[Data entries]
=-=-=-=-=

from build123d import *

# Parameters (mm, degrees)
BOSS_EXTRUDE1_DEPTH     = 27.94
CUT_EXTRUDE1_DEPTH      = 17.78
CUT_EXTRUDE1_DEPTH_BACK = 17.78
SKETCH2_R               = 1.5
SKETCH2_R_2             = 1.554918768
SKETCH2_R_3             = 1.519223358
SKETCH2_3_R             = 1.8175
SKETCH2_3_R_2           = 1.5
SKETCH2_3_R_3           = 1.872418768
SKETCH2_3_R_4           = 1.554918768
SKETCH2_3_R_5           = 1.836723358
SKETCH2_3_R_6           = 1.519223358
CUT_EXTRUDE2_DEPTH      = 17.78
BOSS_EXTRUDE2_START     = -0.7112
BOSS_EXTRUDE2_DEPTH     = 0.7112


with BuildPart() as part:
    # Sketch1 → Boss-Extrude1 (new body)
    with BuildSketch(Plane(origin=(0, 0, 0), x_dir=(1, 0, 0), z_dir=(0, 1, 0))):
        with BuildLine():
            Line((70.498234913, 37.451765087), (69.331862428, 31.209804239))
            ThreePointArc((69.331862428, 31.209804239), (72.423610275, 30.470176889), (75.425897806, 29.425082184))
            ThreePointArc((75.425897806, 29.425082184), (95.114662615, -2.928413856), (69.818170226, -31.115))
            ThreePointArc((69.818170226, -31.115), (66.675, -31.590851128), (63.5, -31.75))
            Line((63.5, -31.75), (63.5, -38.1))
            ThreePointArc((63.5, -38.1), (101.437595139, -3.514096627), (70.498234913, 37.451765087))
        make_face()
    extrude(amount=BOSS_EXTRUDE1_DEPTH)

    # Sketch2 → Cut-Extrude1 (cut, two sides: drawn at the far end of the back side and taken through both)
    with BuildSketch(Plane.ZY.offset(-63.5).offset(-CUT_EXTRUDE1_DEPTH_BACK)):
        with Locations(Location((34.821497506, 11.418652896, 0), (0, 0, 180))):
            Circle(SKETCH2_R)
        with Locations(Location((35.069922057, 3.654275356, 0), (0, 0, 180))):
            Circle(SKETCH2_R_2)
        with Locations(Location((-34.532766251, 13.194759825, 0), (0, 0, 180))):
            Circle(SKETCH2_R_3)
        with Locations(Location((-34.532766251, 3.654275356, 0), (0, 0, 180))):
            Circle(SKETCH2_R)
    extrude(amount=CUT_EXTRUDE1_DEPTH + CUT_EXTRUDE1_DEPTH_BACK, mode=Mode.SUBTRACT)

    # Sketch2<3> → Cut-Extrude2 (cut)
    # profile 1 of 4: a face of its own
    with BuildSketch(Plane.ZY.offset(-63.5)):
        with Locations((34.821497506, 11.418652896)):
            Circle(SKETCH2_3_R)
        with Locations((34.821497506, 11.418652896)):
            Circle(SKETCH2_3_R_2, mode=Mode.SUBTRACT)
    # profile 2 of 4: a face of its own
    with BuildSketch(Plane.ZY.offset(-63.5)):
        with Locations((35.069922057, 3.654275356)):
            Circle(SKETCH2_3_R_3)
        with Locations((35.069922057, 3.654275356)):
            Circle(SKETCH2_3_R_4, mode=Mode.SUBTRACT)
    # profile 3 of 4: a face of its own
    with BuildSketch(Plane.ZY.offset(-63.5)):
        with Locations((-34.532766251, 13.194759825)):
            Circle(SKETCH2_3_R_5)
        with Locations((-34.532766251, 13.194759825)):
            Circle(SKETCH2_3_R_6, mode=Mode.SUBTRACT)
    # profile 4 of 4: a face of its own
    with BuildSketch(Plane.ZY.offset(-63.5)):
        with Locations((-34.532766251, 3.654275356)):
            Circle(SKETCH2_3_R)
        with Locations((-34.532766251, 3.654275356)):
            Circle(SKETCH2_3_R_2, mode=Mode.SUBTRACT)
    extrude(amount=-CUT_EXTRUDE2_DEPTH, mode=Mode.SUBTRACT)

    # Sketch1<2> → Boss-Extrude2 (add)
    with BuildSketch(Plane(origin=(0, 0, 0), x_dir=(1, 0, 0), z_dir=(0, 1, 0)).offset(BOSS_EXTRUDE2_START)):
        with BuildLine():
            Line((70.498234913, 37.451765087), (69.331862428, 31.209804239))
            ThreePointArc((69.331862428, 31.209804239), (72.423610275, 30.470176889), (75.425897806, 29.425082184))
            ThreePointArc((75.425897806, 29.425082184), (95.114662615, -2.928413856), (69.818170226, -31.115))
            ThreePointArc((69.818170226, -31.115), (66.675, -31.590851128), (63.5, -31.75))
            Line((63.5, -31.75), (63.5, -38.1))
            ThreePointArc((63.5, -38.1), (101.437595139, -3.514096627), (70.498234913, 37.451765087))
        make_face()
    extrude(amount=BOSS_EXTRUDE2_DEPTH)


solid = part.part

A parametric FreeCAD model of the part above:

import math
import FreeCAD as App
import Part
import Sketcher
Q = App.Units.Quantity

doc = App.newDocument("Part")
body = doc.addObject("PartDesign::Body", "Body")

# Sketch on XZ plane
sketch1 = doc.addObject("Sketcher::SketchObject", "Sketch")
body.addObject(sketch1)
sketch1.AttachmentSupport = (doc.XZ_Plane, [""])
sketch1.MapMode = "FlatFace"
sketch1.addGeometry([
    Part.LineSegment(App.Vector(70, -37, 0), App.Vector(69, -31, 0)),  # 0
    Part.ArcOfCircle(Part.Circle(App.Vector(63, 0, 0), App.Vector(0, 0, 1), 32), math.radians(-79.42), math.radians(-67.94)),  # 1
    Part.ArcOfCircle(Part.Circle(App.Vector(63, 0, 0), App.Vector(0, 0, 1), 32), math.radians(-68), math.radians(79)),  # 2
    Part.ArcOfCircle(Part.Circle(App.Vector(63, 0, 0), App.Vector(0, 0, 1), 32), math.radians(78.52), math.radians(90)),  # 3
    Part.LineSegment(App.Vector(64, 32, 0), App.Vector(64, 38, 0)),  # 4
    Part.ArcOfCircle(Part.Circle(App.Vector(64, 0, 0), App.Vector(0, 0, 1), 38), math.radians(-79), math.radians(90)),  # 5
], False)
sketch1.addConstraint([
    Sketcher.Constraint("Coincident", 0, 2, 1, 1),
    Sketcher.Constraint("Tangent", 1, 2, 2, 1),
    Sketcher.Constraint("Tangent", 2, 2, 3, 1),
    Sketcher.Constraint("Coincident", 3, 2, 4, 1),
    Sketcher.Constraint("Coincident", 4, 2, 5, 2),
    Sketcher.Constraint("Coincident", 5, 1, 0, 1),
    Sketcher.Constraint("Vertical", 4),
    Sketcher.Constraint("Coincident", 3, 3, 1, 3),
    Sketcher.Constraint("Coincident", 5, 3, 1, 3),
    Sketcher.Constraint("PointOnObject", 1, 3, -1),
    Sketcher.Constraint("Vertical", 5, 3, 3, 2),
    Sketcher.Constraint("Radius", 5, Q("1.5 in")),
    Sketcher.Constraint("Radius", 1, Q("1.25 in")),
    Sketcher.Constraint("DistanceX", -1, 1, 1, 3, Q("2.5 in")),
    Sketcher.Constraint("DistanceY", -1, 1, 2, 2, Q("1.225 in")),
    Sketcher.Constraint("DistanceY", 5, 1, 0, 2, 6.241961),
    Sketcher.Constraint("DistanceX", -1, 1, 0, 2, 69.331862),
    Sketcher.Constraint("DistanceX", -1, 1, 1, 2, 75.425898),
])
pad1 = doc.addObject("PartDesign::Pad", "Pad")
body.addObject(pad1)
pad1.Profile = sketch1
pad1.Length = Q("1.1 in")
pad1.Reversed = True

# Sketch on YZ plane
sketch2 = doc.addObject("Sketcher::SketchObject", "Sketch001")
body.addObject(sketch2)
sketch2.AttachmentSupport = (doc.YZ_Plane, [""])
sketch2.MapMode = "FlatFace"
sketch2.AttachmentOffset = App.Placement(App.Vector(0, 0, 2.5 * 25.4), App.Rotation())
sketch2.addGeometry([
    Part.Circle(App.Vector(11.4, 34.8, 0), App.Vector(0, 0, 1), 1.5),
    Part.Circle(App.Vector(3.7, 35.1, 0), App.Vector(0, 0, 1), 1.6),
    Part.Circle(App.Vector(13.2, -34.5, 0), App.Vector(0, 0, 1), 1.5),
    Part.Circle(App.Vector(3.7, -34.5, 0), App.Vector(0, 0, 1), 1.5),
], False)
sketch2.addConstraint([
    Sketcher.Constraint("Equal", 0, 3),
    Sketcher.Constraint("Horizontal", 2, 3, 3, 3),
    Sketcher.Constraint("Vertical", 1, 3, 3, 3),
    Sketcher.Constraint("Diameter", 0, 3.0),
    Sketcher.Constraint("Diameter", 1, 3.109838),
    Sketcher.Constraint("Diameter", 2, 3.038447),
    Sketcher.Constraint("DistanceX", -1, 1, 2, 3, 13.19476),
    Sketcher.Constraint("DistanceY", 2, 3, 1, 3, 69.602688),
    Sketcher.Constraint("DistanceX", -1, 1, 0, 3, 11.418653),
    Sketcher.Constraint("DistanceY", -1, 1, 0, 3, 34.821498),
    Sketcher.Constraint("DistanceX", -1, 1, 1, 3, 3.654275),
    Sketcher.Constraint("DistanceY", -1, 1, 1, 3, 35.069922),
])
pocket1 = doc.addObject("PartDesign::Pocket", "Pocket")
body.addObject(pocket1)
pocket1.Profile = sketch2
pocket1.Type = "TwoLengths"
pocket1.Length = Q("0.7 in")
pocket1.Length2 = Q("0.7 in")

# Sketch on YZ plane
sketch3 = doc.addObject("Sketcher::SketchObject", "Sketch002")
body.addObject(sketch3)
sketch3.AttachmentSupport = (doc.YZ_Plane, [""])
sketch3.MapMode = "FlatFace"
sketch3.AttachmentOffset = App.Placement(App.Vector(0, 0, 2.5 * 25.4), App.Rotation())
sketch3.addGeometry([
    Part.Circle(App.Vector(11.4, 34.8, 0), App.Vector(0, 0, 1), 1.8),  # 0
    Part.Circle(App.Vector(11.4, 34.8, 0), App.Vector(0, 0, 1), 1.5),  # 1
    Part.Circle(App.Vector(3.7, 35.1, 0), App.Vector(0, 0, 1), 1.9),  # 2
    Part.Circle(App.Vector(3.7, 35.1, 0), App.Vector(0, 0, 1), 1.6),  # 3
    Part.Circle(App.Vector(13.2, -34.5, 0), App.Vector(0, 0, 1), 1.8),  # 4
    Part.Circle(App.Vector(13.2, -34.5, 0), App.Vector(0, 0, 1), 1.5),  # 5
    Part.Circle(App.Vector(3.7, -34.5, 0), App.Vector(0, 0, 1), 1.8),  # 6
    Part.Circle(App.Vector(3.7, -34.5, 0), App.Vector(0, 0, 1), 1.5),  # 7
], False)
sketch3.addConstraint([
    Sketcher.Constraint("Coincident", 1, 3, 0, 3),
    Sketcher.Constraint("Coincident", 3, 3, 2, 3),
    Sketcher.Constraint("Coincident", 5, 3, 4, 3),
    Sketcher.Constraint("Coincident", 7, 3, 6, 3),
    Sketcher.Constraint("Equal", 0, 6),
    Sketcher.Constraint("Equal", 1, 7),
    Sketcher.Constraint("Horizontal", 5, 3, 6, 3),
    Sketcher.Constraint("Vertical", 3, 3, 6, 3),
    Sketcher.Constraint("Diameter", 0, 3.635),
    Sketcher.Constraint("Diameter", 1, 3.0),
    Sketcher.Constraint("Diameter", 2, 3.744838),
    Sketcher.Constraint("Diameter", 3, 3.109838),
    Sketcher.Constraint("Diameter", 4, 3.673447),
    Sketcher.Constraint("Diameter", 5, 3.038447),
    Sketcher.Constraint("DistanceX", -1, 1, 4, 3, 13.19476),
    Sketcher.Constraint("DistanceY", 4, 3, 2, 3, 69.602688),
    Sketcher.Constraint("DistanceX", -1, 1, 0, 3, 11.418653),
    Sketcher.Constraint("DistanceY", -1, 1, 0, 3, 34.821498),
    Sketcher.Constraint("DistanceX", -1, 1, 2, 3, 3.654275),
    Sketcher.Constraint("DistanceY", -1, 1, 2, 3, 35.069922),
])
pocket2 = doc.addObject("PartDesign::Pocket", "Pocket001")
body.addObject(pocket2)
pocket2.Profile = sketch3
pocket2.Length = Q("0.7 in")
pocket2.Reversed = True

# Sketch on XZ plane
sketch4 = doc.addObject("Sketcher::SketchObject", "Sketch003")
body.addObject(sketch4)
sketch4.AttachmentSupport = (doc.XZ_Plane, [""])
sketch4.MapMode = "FlatFace"
sketch4.AttachmentOffset = App.Placement(App.Vector(0, 0, 0.028 * 25.4), App.Rotation())
sketch4.addGeometry([
    Part.LineSegment(App.Vector(70, -37, 0), App.Vector(69, -31, 0)),  # 0
    Part.ArcOfCircle(Part.Circle(App.Vector(63, 0, 0), App.Vector(0, 0, 1), 32), math.radians(-79.42), math.radians(-67.94)),  # 1
    Part.ArcOfCircle(Part.Circle(App.Vector(63, 0, 0), App.Vector(0, 0, 1), 32), math.radians(-68), math.radians(79)),  # 2
    Part.ArcOfCircle(Part.Circle(App.Vector(63, 0, 0), App.Vector(0, 0, 1), 32), math.radians(78.52), math.radians(90)),  # 3
    Part.LineSegment(App.Vector(64, 32, 0), App.Vector(64, 38, 0)),  # 4
    Part.ArcOfCircle(Part.Circle(App.Vector(64, 0, 0), App.Vector(0, 0, 1), 38), math.radians(-79), math.radians(90)),  # 5
], False)
sketch4.addConstraint([
    Sketcher.Constraint("Coincident", 0, 2, 1, 1),
    Sketcher.Constraint("Tangent", 1, 2, 2, 1),
    Sketcher.Constraint("Tangent", 2, 2, 3, 1),
    Sketcher.Constraint("Coincident", 3, 2, 4, 1),
    Sketcher.Constraint("Coincident", 4, 2, 5, 2),
    Sketcher.Constraint("Coincident", 5, 1, 0, 1),
    Sketcher.Constraint("Vertical", 4),
    Sketcher.Constraint("Coincident", 3, 3, 1, 3),
    Sketcher.Constraint("Coincident", 5, 3, 1, 3),
    Sketcher.Constraint("PointOnObject", 1, 3, -1),
    Sketcher.Constraint("Vertical", 5, 3, 3, 2),
    Sketcher.Constraint("Radius", 5, Q("1.5 in")),
    Sketcher.Constraint("Radius", 1, Q("1.25 in")),
    Sketcher.Constraint("DistanceX", -1, 1, 1, 3, Q("2.5 in")),
    Sketcher.Constraint("DistanceY", -1, 1, 2, 2, Q("1.225 in")),
    Sketcher.Constraint("DistanceY", 5, 1, 0, 2, 6.241961),
    Sketcher.Constraint("DistanceX", -1, 1, 0, 2, 69.331862),
    Sketcher.Constraint("DistanceX", -1, 1, 1, 2, 75.425898),
])
pad2 = doc.addObject("PartDesign::Pad", "Pad001")
body.addObject(pad2)
pad2.Profile = sketch4
pad2.Length = Q("0.028 in")
pad2.Reversed = True

doc.recompute()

=-=-=-=-=

● Work request
When a line contains the string "amount", copy it from the records.

● Response box
    extrude(amount=BOSS_EXTRUDE1_DEPTH)
    extrude(amount=CUT_EXTRUDE1_DEPTH + CUT_EXTRUDE1_DEPTH_BACK, mode=Mode.SUBTRACT)
    extrude(amount=-CUT_EXTRUDE2_DEPTH, mode=Mode.SUBTRACT)
    extrude(amount=BOSS_EXTRUDE2_DEPTH)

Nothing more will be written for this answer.